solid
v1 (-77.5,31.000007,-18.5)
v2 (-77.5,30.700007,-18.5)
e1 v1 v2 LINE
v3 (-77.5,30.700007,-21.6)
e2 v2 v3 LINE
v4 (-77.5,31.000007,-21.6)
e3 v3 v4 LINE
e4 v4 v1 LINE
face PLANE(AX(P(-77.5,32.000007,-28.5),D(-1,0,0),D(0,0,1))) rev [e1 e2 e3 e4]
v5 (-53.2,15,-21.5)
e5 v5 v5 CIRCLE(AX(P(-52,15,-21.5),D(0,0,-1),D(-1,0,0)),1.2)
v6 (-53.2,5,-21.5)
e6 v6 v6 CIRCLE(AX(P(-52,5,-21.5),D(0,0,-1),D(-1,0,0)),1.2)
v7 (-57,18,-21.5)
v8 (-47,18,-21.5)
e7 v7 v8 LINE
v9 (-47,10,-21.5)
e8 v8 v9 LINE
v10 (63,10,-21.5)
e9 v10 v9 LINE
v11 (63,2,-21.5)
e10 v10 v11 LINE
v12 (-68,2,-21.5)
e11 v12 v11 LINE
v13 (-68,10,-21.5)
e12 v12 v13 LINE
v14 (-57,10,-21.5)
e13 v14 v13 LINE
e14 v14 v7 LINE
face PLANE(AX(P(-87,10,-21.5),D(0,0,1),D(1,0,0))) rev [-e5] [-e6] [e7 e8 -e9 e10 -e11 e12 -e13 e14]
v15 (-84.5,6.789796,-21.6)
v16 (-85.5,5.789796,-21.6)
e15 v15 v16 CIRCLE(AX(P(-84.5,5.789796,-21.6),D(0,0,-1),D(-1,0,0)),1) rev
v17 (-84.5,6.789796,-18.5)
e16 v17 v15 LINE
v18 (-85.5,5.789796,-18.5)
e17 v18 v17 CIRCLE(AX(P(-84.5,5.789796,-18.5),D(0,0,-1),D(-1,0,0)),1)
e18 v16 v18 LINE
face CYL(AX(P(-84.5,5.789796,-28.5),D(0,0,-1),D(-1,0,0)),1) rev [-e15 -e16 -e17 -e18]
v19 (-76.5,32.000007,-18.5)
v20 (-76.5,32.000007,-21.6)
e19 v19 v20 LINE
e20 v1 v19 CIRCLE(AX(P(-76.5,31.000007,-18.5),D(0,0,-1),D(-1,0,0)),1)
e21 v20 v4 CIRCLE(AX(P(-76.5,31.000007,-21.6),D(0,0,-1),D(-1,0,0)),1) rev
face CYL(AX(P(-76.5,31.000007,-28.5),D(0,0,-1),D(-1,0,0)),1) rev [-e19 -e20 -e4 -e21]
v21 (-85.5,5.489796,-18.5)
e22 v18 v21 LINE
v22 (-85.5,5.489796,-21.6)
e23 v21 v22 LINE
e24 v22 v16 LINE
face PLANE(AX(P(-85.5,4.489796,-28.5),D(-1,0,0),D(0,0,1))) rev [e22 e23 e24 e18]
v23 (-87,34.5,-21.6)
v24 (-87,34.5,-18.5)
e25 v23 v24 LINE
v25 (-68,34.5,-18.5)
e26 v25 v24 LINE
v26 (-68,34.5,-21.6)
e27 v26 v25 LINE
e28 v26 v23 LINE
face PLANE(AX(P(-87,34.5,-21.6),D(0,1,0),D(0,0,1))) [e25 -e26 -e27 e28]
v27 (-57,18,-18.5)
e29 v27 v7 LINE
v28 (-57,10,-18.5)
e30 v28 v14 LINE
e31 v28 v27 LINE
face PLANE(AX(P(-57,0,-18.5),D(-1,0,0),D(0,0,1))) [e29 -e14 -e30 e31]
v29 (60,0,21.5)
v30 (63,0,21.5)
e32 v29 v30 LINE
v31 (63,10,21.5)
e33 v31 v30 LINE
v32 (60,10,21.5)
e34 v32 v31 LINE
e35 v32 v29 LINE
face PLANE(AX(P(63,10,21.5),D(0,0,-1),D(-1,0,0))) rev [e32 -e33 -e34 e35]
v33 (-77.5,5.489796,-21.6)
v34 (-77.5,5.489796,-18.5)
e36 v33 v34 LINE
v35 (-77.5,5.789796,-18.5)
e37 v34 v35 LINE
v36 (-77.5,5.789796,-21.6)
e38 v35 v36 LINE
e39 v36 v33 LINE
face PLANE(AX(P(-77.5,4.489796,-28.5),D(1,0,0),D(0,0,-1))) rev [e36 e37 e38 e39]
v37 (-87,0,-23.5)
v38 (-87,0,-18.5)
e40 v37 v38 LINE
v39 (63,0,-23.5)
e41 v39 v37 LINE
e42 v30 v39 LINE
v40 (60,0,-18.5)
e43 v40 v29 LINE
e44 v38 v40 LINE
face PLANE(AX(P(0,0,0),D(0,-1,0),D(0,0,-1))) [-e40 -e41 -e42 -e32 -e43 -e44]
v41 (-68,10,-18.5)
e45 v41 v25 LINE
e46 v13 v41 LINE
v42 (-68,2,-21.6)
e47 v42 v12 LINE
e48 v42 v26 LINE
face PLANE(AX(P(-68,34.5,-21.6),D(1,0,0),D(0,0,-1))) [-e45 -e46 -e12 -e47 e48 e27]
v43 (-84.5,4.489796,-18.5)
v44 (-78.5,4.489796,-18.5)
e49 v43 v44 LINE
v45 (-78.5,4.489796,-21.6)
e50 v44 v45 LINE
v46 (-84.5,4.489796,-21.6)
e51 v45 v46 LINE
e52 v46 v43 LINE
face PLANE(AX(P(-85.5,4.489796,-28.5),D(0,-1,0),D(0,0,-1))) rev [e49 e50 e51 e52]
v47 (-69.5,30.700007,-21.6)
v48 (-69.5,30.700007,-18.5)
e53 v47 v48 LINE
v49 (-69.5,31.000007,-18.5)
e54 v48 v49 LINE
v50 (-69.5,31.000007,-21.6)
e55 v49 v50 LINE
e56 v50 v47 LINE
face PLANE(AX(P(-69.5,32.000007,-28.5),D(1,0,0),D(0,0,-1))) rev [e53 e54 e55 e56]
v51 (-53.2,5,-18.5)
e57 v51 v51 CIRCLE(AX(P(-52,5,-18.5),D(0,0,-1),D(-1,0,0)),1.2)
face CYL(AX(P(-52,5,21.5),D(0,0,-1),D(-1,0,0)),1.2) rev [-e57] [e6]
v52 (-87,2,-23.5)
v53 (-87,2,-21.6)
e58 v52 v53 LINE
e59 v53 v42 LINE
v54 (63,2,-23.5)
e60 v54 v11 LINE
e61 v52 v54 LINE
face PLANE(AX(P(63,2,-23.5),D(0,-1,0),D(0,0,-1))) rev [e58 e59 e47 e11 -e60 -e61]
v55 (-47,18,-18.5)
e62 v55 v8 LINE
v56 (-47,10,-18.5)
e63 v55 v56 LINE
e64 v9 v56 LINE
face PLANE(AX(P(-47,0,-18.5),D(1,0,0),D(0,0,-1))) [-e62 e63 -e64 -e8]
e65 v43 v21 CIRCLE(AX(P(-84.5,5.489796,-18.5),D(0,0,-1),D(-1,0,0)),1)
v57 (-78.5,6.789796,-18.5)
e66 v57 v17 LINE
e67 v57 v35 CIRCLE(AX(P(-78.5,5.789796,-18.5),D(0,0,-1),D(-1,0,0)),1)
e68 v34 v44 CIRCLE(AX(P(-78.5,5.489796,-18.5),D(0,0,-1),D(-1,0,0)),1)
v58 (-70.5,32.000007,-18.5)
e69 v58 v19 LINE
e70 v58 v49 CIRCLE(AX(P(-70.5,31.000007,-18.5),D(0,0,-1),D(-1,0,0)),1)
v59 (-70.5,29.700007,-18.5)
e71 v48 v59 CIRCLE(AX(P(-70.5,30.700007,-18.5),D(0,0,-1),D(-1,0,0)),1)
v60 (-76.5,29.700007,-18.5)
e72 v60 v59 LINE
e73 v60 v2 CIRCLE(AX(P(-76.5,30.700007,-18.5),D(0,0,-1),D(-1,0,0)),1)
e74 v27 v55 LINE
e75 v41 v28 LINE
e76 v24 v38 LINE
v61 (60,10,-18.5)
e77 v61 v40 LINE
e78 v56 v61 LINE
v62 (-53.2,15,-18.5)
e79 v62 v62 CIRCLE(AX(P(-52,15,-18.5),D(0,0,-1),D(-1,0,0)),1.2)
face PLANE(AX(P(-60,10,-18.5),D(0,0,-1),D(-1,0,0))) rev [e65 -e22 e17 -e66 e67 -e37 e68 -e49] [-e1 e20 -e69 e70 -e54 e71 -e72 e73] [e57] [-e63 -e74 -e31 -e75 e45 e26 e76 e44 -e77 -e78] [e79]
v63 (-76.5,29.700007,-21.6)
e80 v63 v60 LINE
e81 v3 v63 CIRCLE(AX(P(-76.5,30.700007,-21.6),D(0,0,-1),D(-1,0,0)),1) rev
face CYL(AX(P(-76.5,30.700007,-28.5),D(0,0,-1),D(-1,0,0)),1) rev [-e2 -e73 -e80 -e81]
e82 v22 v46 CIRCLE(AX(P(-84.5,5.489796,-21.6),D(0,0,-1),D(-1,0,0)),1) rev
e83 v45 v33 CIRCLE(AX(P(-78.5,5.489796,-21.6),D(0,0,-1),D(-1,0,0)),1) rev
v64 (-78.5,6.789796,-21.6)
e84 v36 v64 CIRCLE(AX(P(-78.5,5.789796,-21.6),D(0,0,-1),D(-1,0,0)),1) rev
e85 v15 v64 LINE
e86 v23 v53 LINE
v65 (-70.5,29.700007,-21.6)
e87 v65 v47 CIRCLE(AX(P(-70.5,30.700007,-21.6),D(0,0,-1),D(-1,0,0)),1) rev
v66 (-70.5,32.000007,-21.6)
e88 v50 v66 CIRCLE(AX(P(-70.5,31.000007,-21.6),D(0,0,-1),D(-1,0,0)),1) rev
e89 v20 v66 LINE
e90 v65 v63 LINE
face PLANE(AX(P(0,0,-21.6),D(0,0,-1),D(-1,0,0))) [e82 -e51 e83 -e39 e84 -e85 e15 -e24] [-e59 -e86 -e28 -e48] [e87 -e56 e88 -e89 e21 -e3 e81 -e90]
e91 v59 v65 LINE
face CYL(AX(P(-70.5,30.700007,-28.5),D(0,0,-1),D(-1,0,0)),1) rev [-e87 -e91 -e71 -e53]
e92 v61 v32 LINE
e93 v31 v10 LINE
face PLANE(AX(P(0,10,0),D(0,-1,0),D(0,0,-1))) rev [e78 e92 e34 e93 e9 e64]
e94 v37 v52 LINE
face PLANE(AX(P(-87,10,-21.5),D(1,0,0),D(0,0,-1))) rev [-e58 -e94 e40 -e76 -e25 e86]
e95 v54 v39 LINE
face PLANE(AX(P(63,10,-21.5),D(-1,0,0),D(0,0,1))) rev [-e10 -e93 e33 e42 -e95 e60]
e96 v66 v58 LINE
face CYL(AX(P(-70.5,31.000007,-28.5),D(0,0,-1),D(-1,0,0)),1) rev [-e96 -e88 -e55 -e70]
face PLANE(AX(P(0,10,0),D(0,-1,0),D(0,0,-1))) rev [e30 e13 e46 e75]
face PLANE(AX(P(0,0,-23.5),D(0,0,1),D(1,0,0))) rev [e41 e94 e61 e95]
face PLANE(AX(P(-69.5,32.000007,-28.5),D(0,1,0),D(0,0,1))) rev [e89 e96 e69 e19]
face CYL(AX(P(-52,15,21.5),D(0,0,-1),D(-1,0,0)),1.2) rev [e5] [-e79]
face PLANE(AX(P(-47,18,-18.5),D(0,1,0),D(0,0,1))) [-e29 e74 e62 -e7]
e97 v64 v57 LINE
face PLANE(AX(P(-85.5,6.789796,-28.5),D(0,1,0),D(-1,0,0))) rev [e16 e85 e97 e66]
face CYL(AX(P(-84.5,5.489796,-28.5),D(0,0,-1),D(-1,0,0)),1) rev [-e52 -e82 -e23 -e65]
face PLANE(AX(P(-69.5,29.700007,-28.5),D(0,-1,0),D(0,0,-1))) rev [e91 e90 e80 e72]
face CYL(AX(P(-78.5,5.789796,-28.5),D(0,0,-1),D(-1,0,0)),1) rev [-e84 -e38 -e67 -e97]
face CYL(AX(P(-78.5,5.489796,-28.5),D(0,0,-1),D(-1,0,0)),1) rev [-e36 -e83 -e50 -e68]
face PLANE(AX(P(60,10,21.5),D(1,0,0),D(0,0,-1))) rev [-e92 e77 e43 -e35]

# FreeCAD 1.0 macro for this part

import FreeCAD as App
import Part
import Sketcher

V = App.Vector
Q = App.Units.Quantity


def edges_at(feature, points):
    """Names of the edges that pass closest to the given points."""
    edges = feature.Shape.Edges
    near = lambda p: min(range(len(edges)), key=lambda i: edges[i].distToShape(Part.Vertex(*p))[0])
    return sorted({f"Edge{near(p) + 1}" for p in points})


def add_polygon(sketch, points):
    """Adds a closed chain of lines whose ends are joined by coincident constraints."""
    first, n = sketch.GeometryCount, len(points)
    for a, b in zip(points, points[1:] + points[:1]):
        sketch.addGeometry(Part.LineSegment(App.Vector(*a, 0), App.Vector(*b, 0)), False)
    for i in range(n):
        sketch.addConstraint(Sketcher.Constraint("Coincident", first + i, 2, first + (i + 1) % n, 1))

doc = App.newDocument("Part")
params = doc.addObject("Spreadsheet::Sheet", "Params")
for row, (alias, value) in enumerate([
    ("sketch1_width", "147 mm"),
    ("sketch1_width2", "3 mm"),
    ("sketch1_height", "40 mm"),
    ("pad1_length", "10 mm"),
    ("sketch2_width", "10 mm"),
    ("sketch2_height", "18 mm"),
    ("pad2_length", "3 mm"),
    ("sketch3_diameter", "2.4 mm"),
    ("sketch4_width", "150 mm"),
    ("sketch4_height", "2 mm"),
    ("pad3_length", "2 mm"),
    ("sketch5_width", "19 mm"),
    ("sketch5_height", "34.5 mm"),
    ("pad4_length", "3.1 mm"),
    ("sketch6_width", "8 mm"),
    ("sketch6_height", "2.3 mm"),
    ("pocket2_length", "10 mm"),
    ("fillet_radius", "1 mm"),
], start=1):
    params.set(f"A{row}", alias)
    params.set(f"B{row}", "=" + value)
    params.setAlias(f"B{row}", alias)

body = doc.addObject("PartDesign::Body", "Body")

# Sketch on XZ plane
sketch1 = doc.addObject("Sketcher::SketchObject", "Sketch")
body.addObject(sketch1)
sketch1.AttachmentSupport = (doc.XZ_Plane, [""])
sketch1.MapMode = "FlatFace"
add_polygon(sketch1, [(-87, -21.5), (-87, -18.5), (60, -18.5), (60, 21.5), (63, 21.5), (63, -21.5)])  # lines 0-5
sketch1.addConstraint([
    Sketcher.Constraint("Vertical", 0),
    Sketcher.Constraint("Horizontal", 1),
    Sketcher.Constraint("Vertical", 2),
    Sketcher.Constraint("Horizontal", 3),
    Sketcher.Constraint("Vertical", 4),
    Sketcher.Constraint("Horizontal", 5),
    Sketcher.Constraint("Equal", 3, 0),
    Sketcher.Constraint("DistanceX", 1, 1, 1, 2, Q("147 mm")),
    Sketcher.Constraint("DistanceX", 3, 1, 3, 2, Q("3 mm")),
    Sketcher.Constraint("DistanceY", 2, 1, 2, 2, Q("40 mm")),
    Sketcher.Constraint("DistanceX", 0, 2, -1, 1, Q("87 mm")),
    Sketcher.Constraint("DistanceY", 0, 2, -1, 1, Q("18.5 mm")),
])
sketch1.setExpression("Constraints[13]", "Params.sketch1_width")
sketch1.setExpression("Constraints[14]", "Params.sketch1_width2")
sketch1.setExpression("Constraints[15]", "Params.sketch1_height")
pad1 = doc.addObject("PartDesign::Pad", "Pad")
body.addObject(pad1)
pad1.Profile = sketch1
pad1.setExpression("Length", "Params.pad1_length")
pad1.Reversed = True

◆ ◆ ◆ ◆ ◆

All lines from the beginning of the entries through the line marked "v5 (-53.2,15,-21.5)" are to be output exactly; nothing else belongs in the answer.

REPLY -
solid
v1 (-77.5,31.000007,-18.5)
v2 (-77.5,30.700007,-18.5)
e1 v1 v2 LINE
v3 (-77.5,30.700007,-21.6)
e2 v2 v3 LINE
v4 (-77.5,31.000007,-21.6)
e3 v3 v4 LINE
e4 v4 v1 LINE
face PLANE(AX(P(-77.5,32.000007,-28.5),D(-1,0,0),D(0,0,1))) rev [e1 e2 e3 e4]
v5 (-53.2,15,-21.5)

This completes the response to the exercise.